From the records below, extract only the lines running from the line with "v 1.488 0.188 0" to the line with "v 0.804 1.266 3", both lines included, reproducing them exactly.

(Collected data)
◇ ◇ ◇ ◇ ◇
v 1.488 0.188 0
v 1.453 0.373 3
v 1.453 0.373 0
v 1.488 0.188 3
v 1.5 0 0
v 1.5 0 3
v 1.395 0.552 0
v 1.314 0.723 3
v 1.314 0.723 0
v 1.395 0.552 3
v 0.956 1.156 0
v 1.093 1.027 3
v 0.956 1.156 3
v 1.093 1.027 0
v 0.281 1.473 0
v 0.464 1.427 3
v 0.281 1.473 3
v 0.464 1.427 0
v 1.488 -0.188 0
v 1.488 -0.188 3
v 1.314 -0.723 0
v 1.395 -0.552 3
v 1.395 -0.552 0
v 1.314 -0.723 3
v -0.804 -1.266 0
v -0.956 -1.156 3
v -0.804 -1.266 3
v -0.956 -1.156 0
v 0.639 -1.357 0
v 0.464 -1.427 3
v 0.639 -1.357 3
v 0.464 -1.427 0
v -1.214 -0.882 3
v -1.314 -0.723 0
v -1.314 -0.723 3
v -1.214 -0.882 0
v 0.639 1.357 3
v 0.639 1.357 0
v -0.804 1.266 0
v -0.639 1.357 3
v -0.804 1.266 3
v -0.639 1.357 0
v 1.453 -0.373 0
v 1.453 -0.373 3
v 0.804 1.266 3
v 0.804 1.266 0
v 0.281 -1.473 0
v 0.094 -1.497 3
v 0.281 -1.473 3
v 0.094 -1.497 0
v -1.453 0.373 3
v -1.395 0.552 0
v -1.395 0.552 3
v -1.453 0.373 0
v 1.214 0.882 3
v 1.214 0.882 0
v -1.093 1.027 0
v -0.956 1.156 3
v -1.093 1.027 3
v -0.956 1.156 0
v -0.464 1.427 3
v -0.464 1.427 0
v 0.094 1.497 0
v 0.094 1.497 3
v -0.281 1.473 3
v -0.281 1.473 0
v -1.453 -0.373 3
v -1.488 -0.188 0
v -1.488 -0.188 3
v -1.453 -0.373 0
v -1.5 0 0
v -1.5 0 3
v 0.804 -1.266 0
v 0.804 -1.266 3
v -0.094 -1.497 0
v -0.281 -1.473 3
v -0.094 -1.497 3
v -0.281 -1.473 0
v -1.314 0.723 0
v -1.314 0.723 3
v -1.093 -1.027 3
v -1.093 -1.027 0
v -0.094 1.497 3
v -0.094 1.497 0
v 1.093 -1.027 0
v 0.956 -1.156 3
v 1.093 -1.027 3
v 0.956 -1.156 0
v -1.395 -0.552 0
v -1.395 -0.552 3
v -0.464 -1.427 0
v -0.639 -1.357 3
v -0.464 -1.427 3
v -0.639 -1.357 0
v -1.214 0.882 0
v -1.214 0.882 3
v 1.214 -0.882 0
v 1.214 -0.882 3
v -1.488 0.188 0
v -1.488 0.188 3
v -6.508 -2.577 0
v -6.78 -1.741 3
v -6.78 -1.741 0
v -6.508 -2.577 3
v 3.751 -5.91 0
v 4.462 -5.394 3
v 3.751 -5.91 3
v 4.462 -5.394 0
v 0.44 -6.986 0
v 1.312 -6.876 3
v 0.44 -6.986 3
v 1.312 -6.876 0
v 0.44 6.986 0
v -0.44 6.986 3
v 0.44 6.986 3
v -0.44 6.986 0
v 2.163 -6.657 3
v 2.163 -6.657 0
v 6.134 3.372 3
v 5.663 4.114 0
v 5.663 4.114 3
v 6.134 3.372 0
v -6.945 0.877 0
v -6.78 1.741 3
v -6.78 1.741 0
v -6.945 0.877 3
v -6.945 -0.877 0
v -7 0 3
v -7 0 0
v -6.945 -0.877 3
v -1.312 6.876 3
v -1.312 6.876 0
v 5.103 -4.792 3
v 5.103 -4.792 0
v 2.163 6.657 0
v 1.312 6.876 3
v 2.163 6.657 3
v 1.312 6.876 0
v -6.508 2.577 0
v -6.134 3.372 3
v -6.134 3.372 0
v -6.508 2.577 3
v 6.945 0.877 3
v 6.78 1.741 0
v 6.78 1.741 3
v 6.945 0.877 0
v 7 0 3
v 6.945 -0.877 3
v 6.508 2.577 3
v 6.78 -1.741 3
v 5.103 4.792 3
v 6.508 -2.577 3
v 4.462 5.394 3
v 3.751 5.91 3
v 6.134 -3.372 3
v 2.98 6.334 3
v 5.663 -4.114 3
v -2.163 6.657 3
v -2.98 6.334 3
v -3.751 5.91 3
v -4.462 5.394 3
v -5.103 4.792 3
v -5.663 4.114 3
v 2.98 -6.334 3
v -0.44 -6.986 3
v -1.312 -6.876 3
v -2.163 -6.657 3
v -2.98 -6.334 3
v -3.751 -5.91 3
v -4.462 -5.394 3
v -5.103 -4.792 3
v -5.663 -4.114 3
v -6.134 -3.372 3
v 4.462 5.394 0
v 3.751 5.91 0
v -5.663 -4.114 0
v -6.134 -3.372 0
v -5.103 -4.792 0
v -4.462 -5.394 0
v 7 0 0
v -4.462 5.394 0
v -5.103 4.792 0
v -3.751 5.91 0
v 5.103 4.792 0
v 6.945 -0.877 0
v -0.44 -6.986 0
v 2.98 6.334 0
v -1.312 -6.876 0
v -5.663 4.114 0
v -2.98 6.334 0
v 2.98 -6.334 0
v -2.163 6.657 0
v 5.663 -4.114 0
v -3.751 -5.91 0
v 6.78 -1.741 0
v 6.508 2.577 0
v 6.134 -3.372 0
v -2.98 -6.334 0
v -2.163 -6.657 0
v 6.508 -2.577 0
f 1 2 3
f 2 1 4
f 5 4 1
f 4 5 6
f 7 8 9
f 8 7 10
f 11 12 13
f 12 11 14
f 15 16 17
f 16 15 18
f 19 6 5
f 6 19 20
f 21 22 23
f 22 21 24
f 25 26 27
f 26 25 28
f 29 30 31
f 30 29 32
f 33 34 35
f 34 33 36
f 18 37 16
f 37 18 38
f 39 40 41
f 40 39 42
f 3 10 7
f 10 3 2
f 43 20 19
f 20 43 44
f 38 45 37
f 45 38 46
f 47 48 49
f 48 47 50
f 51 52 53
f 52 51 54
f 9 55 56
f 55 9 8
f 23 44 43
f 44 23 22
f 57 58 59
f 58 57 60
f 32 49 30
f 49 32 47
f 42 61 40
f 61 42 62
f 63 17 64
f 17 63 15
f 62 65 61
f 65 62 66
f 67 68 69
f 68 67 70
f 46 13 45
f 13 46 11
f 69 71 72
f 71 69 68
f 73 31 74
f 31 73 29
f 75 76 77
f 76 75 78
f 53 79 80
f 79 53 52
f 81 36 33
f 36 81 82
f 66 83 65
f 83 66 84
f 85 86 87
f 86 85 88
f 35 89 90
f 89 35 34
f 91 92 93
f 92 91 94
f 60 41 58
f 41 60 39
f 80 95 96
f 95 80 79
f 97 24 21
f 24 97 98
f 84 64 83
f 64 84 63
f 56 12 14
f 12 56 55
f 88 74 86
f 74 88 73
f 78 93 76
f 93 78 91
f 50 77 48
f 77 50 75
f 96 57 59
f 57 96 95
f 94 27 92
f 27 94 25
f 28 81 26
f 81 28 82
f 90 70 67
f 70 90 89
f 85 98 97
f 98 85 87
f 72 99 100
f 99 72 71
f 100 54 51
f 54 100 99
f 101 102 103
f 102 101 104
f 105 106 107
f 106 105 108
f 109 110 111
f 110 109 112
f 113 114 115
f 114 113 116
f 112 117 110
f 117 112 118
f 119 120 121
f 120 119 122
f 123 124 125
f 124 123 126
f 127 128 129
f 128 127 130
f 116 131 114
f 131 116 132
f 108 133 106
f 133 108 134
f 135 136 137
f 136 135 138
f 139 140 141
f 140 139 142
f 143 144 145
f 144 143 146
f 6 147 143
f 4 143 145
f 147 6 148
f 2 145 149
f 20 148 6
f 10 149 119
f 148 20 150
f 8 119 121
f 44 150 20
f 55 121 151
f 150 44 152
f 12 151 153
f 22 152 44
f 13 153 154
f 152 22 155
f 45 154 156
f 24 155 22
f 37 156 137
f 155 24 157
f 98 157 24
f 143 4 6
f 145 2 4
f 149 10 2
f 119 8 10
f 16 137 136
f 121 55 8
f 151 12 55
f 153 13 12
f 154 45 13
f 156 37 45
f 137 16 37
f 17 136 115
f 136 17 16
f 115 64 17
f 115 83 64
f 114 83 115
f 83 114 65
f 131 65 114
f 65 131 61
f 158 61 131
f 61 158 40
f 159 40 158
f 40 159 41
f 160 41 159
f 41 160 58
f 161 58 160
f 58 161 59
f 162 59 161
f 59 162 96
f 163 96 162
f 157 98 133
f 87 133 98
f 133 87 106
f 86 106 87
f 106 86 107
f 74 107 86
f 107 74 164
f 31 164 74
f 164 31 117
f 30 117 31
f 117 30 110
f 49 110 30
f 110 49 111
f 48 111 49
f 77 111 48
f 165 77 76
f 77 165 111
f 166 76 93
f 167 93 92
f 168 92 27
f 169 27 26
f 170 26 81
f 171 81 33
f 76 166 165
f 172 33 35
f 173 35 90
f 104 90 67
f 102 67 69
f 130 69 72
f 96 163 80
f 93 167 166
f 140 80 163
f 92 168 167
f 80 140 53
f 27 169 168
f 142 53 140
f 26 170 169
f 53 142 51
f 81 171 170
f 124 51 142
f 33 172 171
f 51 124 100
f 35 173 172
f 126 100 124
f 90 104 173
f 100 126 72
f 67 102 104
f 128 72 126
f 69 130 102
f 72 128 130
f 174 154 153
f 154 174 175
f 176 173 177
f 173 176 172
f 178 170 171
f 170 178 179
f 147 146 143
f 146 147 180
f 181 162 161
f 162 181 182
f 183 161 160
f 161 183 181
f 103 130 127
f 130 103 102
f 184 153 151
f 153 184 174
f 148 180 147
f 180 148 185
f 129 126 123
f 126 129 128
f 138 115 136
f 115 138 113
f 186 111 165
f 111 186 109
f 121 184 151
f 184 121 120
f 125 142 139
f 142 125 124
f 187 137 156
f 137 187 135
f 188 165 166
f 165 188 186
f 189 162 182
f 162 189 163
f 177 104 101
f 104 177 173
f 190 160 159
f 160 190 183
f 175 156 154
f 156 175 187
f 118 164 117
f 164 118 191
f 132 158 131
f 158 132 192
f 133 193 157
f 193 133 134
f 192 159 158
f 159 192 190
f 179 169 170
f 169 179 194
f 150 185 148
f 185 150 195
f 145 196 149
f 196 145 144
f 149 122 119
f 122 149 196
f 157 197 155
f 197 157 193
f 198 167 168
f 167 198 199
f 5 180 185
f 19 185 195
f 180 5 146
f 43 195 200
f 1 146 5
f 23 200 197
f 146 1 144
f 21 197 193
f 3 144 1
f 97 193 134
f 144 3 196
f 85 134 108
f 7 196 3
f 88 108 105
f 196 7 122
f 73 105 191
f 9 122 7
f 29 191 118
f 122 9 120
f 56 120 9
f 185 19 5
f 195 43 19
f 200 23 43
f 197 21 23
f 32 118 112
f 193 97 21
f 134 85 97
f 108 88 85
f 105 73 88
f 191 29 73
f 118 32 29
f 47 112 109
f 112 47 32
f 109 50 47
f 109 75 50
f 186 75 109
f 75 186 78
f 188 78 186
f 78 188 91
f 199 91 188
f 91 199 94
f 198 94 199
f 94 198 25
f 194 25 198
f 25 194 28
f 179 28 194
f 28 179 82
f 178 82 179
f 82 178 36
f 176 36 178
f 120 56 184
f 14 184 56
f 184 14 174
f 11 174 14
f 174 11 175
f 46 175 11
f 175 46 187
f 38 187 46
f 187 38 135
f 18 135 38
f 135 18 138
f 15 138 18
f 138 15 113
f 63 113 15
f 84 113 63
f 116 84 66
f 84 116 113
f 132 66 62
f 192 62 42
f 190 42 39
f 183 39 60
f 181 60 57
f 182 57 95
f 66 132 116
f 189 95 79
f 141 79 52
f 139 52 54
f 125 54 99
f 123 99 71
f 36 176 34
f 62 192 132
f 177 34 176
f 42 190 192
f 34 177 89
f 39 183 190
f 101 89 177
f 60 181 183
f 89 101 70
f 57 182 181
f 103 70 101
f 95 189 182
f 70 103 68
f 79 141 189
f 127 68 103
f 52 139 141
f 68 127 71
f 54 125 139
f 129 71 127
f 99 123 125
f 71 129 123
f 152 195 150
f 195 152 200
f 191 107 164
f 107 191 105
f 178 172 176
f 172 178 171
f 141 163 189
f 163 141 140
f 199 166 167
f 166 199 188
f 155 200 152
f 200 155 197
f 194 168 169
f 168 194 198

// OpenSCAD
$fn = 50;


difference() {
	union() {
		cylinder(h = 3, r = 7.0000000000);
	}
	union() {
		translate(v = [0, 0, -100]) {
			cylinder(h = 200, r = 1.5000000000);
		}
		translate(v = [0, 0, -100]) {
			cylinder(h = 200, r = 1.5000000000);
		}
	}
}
◇ ◇ ◇ ◇ ◇
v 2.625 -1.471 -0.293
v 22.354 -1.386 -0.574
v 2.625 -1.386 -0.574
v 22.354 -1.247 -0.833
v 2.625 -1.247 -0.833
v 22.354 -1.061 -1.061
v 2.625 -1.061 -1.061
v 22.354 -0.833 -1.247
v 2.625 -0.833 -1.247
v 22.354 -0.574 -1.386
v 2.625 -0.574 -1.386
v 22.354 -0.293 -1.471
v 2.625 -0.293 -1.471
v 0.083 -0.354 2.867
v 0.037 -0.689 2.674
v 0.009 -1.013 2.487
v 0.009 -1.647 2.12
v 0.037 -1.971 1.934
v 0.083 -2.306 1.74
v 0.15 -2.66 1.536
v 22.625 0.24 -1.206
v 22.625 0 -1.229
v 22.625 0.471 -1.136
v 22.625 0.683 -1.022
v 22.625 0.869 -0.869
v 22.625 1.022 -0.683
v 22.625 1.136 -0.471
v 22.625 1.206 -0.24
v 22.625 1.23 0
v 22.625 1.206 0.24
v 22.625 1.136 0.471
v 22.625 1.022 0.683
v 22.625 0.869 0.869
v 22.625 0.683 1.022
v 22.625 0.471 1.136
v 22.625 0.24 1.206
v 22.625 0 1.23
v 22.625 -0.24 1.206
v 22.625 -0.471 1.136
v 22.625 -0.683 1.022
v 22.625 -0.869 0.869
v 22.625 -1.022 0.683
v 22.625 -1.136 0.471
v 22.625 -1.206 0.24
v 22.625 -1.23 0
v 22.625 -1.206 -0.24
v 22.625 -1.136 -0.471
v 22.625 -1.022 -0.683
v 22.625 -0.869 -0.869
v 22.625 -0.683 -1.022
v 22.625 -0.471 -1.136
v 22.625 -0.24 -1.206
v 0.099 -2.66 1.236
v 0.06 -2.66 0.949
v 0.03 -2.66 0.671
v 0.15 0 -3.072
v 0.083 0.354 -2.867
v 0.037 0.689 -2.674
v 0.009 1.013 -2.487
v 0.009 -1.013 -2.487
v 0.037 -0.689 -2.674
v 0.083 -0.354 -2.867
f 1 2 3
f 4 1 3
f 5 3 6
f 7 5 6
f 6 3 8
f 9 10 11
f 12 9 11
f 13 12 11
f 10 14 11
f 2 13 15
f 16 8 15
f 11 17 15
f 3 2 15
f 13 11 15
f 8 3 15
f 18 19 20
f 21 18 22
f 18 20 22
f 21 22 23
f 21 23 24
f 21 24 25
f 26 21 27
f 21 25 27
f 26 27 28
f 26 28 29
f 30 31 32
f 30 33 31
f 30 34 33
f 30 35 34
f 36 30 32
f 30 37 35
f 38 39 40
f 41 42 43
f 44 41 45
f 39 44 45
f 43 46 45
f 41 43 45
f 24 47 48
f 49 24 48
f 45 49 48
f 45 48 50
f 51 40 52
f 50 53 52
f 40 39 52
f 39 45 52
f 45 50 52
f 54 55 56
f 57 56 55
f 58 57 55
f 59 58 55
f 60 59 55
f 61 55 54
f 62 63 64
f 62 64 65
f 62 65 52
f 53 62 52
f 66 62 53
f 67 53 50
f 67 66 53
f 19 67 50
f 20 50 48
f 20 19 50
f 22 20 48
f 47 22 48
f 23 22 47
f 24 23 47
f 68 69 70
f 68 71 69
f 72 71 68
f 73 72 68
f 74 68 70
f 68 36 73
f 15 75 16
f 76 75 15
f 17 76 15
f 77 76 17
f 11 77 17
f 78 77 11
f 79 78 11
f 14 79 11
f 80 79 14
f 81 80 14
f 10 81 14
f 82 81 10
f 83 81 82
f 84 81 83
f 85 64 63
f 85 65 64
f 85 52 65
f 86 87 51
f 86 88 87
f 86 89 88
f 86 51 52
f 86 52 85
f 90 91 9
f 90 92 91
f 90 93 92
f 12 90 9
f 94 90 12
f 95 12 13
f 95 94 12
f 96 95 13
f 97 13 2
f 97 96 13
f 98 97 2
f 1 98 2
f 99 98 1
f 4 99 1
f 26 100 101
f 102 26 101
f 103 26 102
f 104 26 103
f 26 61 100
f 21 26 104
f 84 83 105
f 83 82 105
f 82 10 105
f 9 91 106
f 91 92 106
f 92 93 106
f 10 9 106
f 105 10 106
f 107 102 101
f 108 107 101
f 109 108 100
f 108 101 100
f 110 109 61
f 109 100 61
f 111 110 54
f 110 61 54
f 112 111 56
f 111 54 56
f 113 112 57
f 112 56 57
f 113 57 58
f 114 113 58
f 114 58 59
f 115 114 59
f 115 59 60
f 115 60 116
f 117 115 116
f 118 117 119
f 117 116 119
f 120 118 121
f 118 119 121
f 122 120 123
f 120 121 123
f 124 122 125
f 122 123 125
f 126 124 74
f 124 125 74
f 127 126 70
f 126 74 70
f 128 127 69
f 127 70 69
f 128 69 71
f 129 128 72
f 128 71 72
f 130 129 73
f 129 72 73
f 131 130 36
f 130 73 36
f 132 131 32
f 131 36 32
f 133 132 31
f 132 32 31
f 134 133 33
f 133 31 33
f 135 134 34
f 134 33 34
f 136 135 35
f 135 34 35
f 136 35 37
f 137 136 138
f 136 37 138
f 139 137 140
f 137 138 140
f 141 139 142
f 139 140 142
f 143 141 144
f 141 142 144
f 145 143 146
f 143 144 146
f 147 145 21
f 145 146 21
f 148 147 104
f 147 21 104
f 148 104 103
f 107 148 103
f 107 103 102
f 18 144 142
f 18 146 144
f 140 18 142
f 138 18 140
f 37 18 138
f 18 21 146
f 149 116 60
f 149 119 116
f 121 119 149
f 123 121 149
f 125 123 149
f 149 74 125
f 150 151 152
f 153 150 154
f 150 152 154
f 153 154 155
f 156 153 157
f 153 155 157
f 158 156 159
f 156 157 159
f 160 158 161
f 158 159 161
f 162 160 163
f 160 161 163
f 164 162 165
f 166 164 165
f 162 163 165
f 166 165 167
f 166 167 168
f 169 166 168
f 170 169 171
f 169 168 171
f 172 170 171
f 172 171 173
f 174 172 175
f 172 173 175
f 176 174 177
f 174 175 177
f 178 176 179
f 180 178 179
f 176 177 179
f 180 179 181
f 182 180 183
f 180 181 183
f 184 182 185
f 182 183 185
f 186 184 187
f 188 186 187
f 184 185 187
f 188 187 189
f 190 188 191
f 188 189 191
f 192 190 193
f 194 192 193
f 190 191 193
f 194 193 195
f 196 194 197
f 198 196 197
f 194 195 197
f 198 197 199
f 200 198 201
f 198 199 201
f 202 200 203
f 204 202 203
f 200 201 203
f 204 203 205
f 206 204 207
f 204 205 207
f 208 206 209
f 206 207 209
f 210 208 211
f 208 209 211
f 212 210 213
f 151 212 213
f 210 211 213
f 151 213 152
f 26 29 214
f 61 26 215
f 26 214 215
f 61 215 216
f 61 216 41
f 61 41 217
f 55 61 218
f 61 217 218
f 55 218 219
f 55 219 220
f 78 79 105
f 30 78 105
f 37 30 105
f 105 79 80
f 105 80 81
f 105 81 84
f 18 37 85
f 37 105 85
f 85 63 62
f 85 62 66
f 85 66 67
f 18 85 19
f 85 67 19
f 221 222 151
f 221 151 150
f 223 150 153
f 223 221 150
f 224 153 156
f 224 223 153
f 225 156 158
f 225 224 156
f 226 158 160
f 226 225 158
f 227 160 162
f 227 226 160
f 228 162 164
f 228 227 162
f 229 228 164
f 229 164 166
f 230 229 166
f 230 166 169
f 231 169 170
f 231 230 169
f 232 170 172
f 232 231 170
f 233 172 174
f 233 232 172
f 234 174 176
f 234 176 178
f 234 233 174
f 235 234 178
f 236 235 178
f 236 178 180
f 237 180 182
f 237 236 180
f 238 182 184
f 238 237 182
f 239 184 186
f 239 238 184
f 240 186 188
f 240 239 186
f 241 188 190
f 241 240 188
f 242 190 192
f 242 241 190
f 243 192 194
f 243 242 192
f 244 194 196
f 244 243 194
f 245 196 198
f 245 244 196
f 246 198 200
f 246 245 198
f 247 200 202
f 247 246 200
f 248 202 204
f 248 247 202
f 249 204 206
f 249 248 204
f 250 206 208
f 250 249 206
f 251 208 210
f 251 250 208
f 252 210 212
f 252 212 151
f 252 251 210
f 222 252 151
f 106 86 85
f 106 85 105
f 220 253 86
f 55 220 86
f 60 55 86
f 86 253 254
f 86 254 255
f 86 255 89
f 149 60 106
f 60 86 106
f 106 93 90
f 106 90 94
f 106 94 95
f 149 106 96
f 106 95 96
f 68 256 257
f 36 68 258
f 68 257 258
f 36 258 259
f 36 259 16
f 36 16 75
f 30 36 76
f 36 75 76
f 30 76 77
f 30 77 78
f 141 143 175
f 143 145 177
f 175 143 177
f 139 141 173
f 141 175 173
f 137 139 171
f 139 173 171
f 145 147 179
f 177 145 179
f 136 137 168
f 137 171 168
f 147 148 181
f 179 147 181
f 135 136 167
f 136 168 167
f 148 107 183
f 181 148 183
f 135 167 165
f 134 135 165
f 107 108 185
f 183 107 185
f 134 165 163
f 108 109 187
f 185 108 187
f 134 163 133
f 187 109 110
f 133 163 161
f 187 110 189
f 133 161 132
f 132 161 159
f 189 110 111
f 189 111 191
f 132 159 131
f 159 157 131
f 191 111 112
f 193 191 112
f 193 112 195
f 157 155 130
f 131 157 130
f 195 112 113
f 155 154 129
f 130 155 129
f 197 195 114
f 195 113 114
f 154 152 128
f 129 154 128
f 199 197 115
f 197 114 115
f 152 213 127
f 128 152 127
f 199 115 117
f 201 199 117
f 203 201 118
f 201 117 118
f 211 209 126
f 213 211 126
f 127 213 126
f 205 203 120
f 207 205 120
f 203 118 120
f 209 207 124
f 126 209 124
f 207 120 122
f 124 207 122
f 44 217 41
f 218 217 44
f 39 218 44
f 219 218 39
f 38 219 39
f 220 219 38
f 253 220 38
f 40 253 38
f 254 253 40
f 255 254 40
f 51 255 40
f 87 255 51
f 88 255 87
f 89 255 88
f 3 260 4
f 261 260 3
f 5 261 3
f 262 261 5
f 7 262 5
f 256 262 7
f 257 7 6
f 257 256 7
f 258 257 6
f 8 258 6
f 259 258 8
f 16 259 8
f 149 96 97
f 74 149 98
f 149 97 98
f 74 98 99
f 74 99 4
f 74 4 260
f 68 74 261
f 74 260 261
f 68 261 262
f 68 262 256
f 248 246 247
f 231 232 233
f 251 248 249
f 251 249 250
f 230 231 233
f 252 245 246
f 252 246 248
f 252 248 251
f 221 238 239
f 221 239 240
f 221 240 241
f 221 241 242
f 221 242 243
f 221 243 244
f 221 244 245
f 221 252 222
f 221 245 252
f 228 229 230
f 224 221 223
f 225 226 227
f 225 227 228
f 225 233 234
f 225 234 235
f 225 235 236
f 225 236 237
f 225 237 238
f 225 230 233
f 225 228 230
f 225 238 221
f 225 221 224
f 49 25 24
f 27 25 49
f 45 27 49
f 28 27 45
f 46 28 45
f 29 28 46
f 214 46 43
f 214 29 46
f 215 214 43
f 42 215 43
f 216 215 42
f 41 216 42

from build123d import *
◇ ◇ ◇ ◇ ◇
**Answer to this task:**
v 1.488 0.188 0
v 1.453 0.373 3
v 1.453 0.373 0
v 1.488 0.188 3
v 1.5 0 0
v 1.5 0 3
v 1.395 0.552 0
v 1.314 0.723 3
v 1.314 0.723 0
v 1.395 0.552 3
v 0.956 1.156 0
v 1.093 1.027 3
v 0.956 1.156 3
v 1.093 1.027 0
v 0.281 1.473 0
v 0.464 1.427 3
v 0.281 1.473 3
v 0.464 1.427 0
v 1.488 -0.188 0
v 1.488 -0.188 3
v 1.314 -0.723 0
v 1.395 -0.552 3
v 1.395 -0.552 0
v 1.314 -0.723 3
v -0.804 -1.266 0
v -0.956 -1.156 3
v -0.804 -1.266 3
v -0.956 -1.156 0
v 0.639 -1.357 0
v 0.464 -1.427 3
v 0.639 -1.357 3
v 0.464 -1.427 0
v -1.214 -0.882 3
v -1.314 -0.723 0
v -1.314 -0.723 3
v -1.214 -0.882 0
v 0.639 1.357 3
v 0.639 1.357 0
v -0.804 1.266 0
v -0.639 1.357 3
v -0.804 1.266 3
v -0.639 1.357 0
v 1.453 -0.373 0
v 1.453 -0.373 3
v 0.804 1.266 3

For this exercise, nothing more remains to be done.